▶

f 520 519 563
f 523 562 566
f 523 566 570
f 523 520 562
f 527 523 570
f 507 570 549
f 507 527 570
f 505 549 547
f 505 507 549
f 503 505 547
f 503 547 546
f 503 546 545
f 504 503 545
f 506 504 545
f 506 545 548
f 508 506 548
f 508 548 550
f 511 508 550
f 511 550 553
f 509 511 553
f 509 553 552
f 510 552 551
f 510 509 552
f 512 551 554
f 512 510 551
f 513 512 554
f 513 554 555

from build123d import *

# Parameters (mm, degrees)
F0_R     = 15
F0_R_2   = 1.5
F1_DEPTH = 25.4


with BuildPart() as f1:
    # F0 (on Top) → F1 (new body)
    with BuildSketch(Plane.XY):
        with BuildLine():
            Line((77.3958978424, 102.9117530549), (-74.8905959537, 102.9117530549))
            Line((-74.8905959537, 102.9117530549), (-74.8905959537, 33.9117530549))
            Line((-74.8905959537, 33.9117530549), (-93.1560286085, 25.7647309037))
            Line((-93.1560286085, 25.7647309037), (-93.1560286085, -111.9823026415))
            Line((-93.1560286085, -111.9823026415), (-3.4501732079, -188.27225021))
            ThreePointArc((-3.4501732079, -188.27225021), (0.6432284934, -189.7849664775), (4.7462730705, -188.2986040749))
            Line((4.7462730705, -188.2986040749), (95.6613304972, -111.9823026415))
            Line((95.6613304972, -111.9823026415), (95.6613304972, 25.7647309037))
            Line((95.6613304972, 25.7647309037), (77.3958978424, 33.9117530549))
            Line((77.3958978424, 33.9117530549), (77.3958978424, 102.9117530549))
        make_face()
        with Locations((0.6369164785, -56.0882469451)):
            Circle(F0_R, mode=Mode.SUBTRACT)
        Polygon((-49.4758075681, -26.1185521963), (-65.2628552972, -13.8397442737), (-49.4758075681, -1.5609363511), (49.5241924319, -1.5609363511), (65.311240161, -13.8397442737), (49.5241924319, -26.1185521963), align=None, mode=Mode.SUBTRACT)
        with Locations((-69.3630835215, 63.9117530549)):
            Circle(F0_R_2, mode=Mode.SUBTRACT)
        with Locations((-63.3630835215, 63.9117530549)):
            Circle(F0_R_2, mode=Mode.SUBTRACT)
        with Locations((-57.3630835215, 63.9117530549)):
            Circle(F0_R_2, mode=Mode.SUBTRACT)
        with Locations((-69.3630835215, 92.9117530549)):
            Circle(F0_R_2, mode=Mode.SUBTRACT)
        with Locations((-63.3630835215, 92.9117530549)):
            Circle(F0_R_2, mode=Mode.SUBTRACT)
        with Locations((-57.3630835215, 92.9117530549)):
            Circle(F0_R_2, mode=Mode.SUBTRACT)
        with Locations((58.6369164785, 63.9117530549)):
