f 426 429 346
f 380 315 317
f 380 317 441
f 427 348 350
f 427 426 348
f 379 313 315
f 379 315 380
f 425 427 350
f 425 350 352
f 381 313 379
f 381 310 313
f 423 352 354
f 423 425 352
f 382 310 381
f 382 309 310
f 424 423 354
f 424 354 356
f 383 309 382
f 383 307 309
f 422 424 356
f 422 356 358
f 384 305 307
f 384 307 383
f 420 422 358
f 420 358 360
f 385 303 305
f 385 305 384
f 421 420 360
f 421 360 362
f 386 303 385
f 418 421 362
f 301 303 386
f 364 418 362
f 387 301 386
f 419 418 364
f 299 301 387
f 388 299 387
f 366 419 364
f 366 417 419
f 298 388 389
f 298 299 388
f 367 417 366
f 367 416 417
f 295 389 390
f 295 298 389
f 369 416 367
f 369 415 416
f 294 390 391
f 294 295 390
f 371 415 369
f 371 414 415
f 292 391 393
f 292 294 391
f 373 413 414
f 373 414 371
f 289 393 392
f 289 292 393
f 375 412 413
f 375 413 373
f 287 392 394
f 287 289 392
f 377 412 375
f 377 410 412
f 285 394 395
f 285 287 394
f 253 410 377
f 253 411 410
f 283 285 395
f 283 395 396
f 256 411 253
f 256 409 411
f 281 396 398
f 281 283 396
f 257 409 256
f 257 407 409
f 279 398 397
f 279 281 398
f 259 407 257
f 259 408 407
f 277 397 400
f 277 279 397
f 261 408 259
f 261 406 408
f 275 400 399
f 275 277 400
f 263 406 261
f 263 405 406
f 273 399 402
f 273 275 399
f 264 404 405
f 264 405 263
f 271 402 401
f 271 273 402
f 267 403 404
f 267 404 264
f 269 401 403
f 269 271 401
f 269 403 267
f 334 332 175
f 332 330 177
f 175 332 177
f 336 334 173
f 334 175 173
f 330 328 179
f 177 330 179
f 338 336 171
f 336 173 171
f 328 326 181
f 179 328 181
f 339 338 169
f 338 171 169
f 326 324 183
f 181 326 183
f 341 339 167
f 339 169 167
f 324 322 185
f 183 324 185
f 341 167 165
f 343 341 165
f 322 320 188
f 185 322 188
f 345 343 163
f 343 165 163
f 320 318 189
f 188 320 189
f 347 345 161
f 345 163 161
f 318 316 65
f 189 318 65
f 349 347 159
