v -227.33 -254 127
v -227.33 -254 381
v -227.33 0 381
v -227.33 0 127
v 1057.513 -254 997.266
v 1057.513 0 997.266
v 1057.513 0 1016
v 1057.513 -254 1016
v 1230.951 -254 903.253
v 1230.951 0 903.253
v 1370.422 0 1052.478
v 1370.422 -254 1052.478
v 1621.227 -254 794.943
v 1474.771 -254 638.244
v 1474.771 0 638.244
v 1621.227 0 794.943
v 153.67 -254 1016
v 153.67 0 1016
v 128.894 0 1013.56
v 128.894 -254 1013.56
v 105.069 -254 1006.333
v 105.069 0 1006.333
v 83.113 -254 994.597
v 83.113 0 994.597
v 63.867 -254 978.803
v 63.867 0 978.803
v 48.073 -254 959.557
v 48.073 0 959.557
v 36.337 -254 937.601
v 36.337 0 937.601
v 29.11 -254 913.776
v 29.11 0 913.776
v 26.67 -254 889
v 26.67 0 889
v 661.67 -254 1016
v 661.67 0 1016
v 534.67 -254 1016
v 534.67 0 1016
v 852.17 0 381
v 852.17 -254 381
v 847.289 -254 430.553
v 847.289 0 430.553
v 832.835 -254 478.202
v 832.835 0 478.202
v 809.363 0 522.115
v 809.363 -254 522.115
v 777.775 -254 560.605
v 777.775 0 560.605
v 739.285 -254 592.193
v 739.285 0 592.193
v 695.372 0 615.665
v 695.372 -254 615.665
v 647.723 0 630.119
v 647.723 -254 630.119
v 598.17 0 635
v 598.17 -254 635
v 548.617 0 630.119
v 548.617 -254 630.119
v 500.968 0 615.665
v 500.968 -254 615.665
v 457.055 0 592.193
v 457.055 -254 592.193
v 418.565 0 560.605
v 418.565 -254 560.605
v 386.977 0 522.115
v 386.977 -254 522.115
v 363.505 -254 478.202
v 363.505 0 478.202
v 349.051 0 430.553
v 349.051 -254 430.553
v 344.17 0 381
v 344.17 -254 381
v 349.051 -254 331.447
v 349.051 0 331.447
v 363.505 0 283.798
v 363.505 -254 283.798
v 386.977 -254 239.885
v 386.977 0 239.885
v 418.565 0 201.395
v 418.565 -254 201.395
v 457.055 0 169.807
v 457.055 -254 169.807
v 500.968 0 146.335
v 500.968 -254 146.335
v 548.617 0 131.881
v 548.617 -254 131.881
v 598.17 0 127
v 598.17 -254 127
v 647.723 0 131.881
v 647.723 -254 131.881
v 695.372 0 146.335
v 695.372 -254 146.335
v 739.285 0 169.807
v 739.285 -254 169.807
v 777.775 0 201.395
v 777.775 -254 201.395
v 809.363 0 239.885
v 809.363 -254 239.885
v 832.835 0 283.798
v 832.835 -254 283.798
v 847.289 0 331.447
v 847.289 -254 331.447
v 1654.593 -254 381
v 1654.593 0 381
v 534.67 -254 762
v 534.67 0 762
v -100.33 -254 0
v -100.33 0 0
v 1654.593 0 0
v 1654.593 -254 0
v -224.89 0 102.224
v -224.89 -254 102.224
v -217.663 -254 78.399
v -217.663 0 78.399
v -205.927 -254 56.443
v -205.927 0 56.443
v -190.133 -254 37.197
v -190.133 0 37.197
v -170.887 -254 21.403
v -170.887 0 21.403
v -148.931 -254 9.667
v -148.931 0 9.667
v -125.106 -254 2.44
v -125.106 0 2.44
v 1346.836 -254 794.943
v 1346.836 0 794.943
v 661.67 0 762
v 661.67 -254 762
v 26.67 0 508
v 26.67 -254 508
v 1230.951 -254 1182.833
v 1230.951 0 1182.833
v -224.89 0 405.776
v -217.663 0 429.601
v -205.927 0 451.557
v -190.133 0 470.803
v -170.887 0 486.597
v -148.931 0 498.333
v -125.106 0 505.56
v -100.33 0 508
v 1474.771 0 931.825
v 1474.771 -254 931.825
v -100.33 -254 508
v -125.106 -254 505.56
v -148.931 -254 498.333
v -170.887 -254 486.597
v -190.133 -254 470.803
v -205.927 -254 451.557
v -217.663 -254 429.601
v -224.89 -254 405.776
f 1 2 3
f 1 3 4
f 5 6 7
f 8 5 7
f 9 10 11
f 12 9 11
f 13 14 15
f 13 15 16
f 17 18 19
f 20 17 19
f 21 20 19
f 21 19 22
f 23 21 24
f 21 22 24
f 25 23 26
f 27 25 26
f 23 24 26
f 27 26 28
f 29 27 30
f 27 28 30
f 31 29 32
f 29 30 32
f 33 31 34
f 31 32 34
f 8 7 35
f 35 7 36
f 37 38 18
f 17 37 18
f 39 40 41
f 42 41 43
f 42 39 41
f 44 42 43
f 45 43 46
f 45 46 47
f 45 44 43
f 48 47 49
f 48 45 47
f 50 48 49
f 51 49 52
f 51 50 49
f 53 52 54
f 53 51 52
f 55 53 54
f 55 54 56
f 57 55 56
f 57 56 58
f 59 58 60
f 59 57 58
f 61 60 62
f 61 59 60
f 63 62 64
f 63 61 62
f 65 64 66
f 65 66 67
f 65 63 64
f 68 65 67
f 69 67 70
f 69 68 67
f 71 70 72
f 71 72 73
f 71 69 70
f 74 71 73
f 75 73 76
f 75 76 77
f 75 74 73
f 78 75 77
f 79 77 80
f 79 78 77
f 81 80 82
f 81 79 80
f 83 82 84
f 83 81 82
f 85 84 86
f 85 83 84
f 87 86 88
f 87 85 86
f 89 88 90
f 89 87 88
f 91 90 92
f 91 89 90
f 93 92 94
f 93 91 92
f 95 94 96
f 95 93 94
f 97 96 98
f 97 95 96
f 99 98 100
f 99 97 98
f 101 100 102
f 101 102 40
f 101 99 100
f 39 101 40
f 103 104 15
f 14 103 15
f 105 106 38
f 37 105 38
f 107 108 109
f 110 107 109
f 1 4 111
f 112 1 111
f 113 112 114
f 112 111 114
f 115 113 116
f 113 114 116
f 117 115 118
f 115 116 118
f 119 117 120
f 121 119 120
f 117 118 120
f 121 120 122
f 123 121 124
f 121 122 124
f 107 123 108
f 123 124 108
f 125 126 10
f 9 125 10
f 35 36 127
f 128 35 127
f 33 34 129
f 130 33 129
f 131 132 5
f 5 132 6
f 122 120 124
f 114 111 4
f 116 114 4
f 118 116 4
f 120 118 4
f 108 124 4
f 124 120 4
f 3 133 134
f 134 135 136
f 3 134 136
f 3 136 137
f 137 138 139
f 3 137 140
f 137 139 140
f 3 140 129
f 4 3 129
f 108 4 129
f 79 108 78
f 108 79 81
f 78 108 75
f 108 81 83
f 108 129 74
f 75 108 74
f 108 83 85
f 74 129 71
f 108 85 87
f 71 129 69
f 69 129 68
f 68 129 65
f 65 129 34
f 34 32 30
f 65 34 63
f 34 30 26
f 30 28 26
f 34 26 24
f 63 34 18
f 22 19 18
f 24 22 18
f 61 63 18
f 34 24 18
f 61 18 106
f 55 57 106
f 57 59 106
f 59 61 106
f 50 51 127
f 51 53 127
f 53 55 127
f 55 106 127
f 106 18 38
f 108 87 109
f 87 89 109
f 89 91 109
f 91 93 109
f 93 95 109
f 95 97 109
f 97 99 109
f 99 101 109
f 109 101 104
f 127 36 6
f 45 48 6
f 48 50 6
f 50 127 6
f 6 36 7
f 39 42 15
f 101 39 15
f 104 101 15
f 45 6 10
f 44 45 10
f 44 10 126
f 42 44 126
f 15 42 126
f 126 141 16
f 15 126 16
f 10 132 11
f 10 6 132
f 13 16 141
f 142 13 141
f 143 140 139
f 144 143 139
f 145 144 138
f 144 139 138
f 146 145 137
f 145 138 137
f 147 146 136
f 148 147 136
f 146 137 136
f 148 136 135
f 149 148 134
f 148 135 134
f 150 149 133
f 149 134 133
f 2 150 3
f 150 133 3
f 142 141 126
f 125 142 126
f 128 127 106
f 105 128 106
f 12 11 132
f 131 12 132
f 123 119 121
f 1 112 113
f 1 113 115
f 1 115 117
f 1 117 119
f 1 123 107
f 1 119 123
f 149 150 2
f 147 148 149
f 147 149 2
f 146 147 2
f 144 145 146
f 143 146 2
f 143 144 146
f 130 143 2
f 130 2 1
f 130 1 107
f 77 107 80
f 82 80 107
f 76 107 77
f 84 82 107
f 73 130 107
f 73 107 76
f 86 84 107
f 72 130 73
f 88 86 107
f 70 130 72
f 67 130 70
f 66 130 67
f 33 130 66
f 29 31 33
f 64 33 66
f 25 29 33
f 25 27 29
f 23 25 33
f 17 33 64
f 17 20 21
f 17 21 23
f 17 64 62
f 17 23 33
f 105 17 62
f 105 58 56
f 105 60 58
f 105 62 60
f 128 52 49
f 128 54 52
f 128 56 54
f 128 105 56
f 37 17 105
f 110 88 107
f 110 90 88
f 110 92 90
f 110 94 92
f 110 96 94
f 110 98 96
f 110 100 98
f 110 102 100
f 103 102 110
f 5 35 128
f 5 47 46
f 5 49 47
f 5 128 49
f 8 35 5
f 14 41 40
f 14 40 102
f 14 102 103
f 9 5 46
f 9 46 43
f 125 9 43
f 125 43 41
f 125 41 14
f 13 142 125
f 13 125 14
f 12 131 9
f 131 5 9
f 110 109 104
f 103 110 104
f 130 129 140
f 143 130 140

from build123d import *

# Parameters (mm, degrees)
F0_R     = 254
F1_DEPTH = 254


with BuildPart() as f1:
    # F0 (on Front) → F1 (new body)
    with BuildSketch(Plane.XZ):
        with BuildLine():
            ThreePointArc((-227.329998, 127), (-190.13256, 37.197439), (-100.329998, 0))
            Line((-100.329998, 0), (1550.670002, 0))
            Line((1550.670002, 0), (1654.592514, 0))
            Line((1654.592514, 0), (1654.592514, 381))
            Line((1654.592514, 381), (1474.771318, 638.244218))
            Line((1474.771318, 638.244218), (1621.227109, 794.942517))
            Line((1621.227109, 794.942517), (1474.771318, 931.825298))
            Line((1474.771318, 931.825298), (1346.835812, 794.942517))
            Line((1346.835812, 794.942517), (1230.950807, 903.252757))
            Line((1230.950807, 903.252757), (1370.422253, 1052.478254))
            Line((1370.422253, 1052.478254), (1230.950807, 1182.833217))
            Line((1230.950807, 1182.833217), (1057.512871, 997.265756))
            Line((1057.512871, 997.265756), (1057.512871, 1016))
            Line((1057.512871, 1016), (803.512871, 1016))
            Line((803.512871, 1016), (661.670002, 1016))
            Line((661.670002, 1016), (661.670002, 762))
            Line((661.670002, 762), (534.670002, 762))
            Line((534.670002, 762), (534.670002, 1016))
            Line((534.670002, 1016), (153.670002, 1016))
            ThreePointArc((153.670002, 1016), (63.86744, 978.802561), (26.670002, 889))
            Line((26.670002, 889), (26.670002, 508))
            Line((26.670002, 508), (-100.329998, 508))
            ThreePointArc((-100.329998, 508), (-190.13256, 470.802561), (-227.329998, 381))
            Line((-227.329998, 381), (-227.329998, 127))
        make_face()
        with Locations((598.170002, 381)):
            Circle(F0_R, mode=Mode.SUBTRACT)
    extrude(amount=F1_DEPTH)


solid = f1.part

◀

What is required:
Nothing but an exact copy of the lines from the start of the entries through the line containing "25.7647309037), (77.3958978424, 33.9117530549))" belongs in the response.

Expected answer:
f 520 519 563
f 523 562 566
f 523 566 570
f 523 520 562
f 527 523 570
f 507 570 549
f 507 527 570
f 505 549 547
f 505 507 549
f 503 505 547
f 503 547 546
f 503 546 545
f 504 503 545
f 506 504 545
f 506 545 548
f 508 506 548
f 508 548 550
f 511 508 550
f 511 550 553
f 509 511 553
f 509 553 552
f 510 552 551
f 510 509 552
f 512 551 554
f 512 510 551
f 513 512 554
f 513 554 555

from build123d import *

# Parameters (mm, degrees)
F0_R     = 15
F0_R_2   = 1.5
F1_DEPTH = 25.4


with BuildPart() as f1:
    # F0 (on Top) → F1 (new body)
    with BuildSketch(Plane.XY):
        with BuildLine():
            Line((77.3958978424, 102.9117530549), (-74.8905959537, 102.9117530549))
            Line((-74.8905959537, 102.9117530549), (-74.8905959537, 33.9117530549))
            Line((-74.8905959537, 33.9117530549), (-93.1560286085, 25.7647309037))
            Line((-93.1560286085, 25.7647309037), (-93.1560286085, -111.9823026415))
            Line((-93.1560286085, -111.9823026415), (-3.4501732079, -188.27225021))
            ThreePointArc((-3.4501732079, -188.27225021), (0.6432284934, -189.7849664775), (4.7462730705, -188.2986040749))
            Line((4.7462730705, -188.2986040749), (95.6613304972, -111.9823026415))
            Line((95.6613304972, -111.9823026415), (95.6613304972, 25.7647309037))
            Line((95.6613304972, 25.7647309037), (77.3958978424, 33.9117530549))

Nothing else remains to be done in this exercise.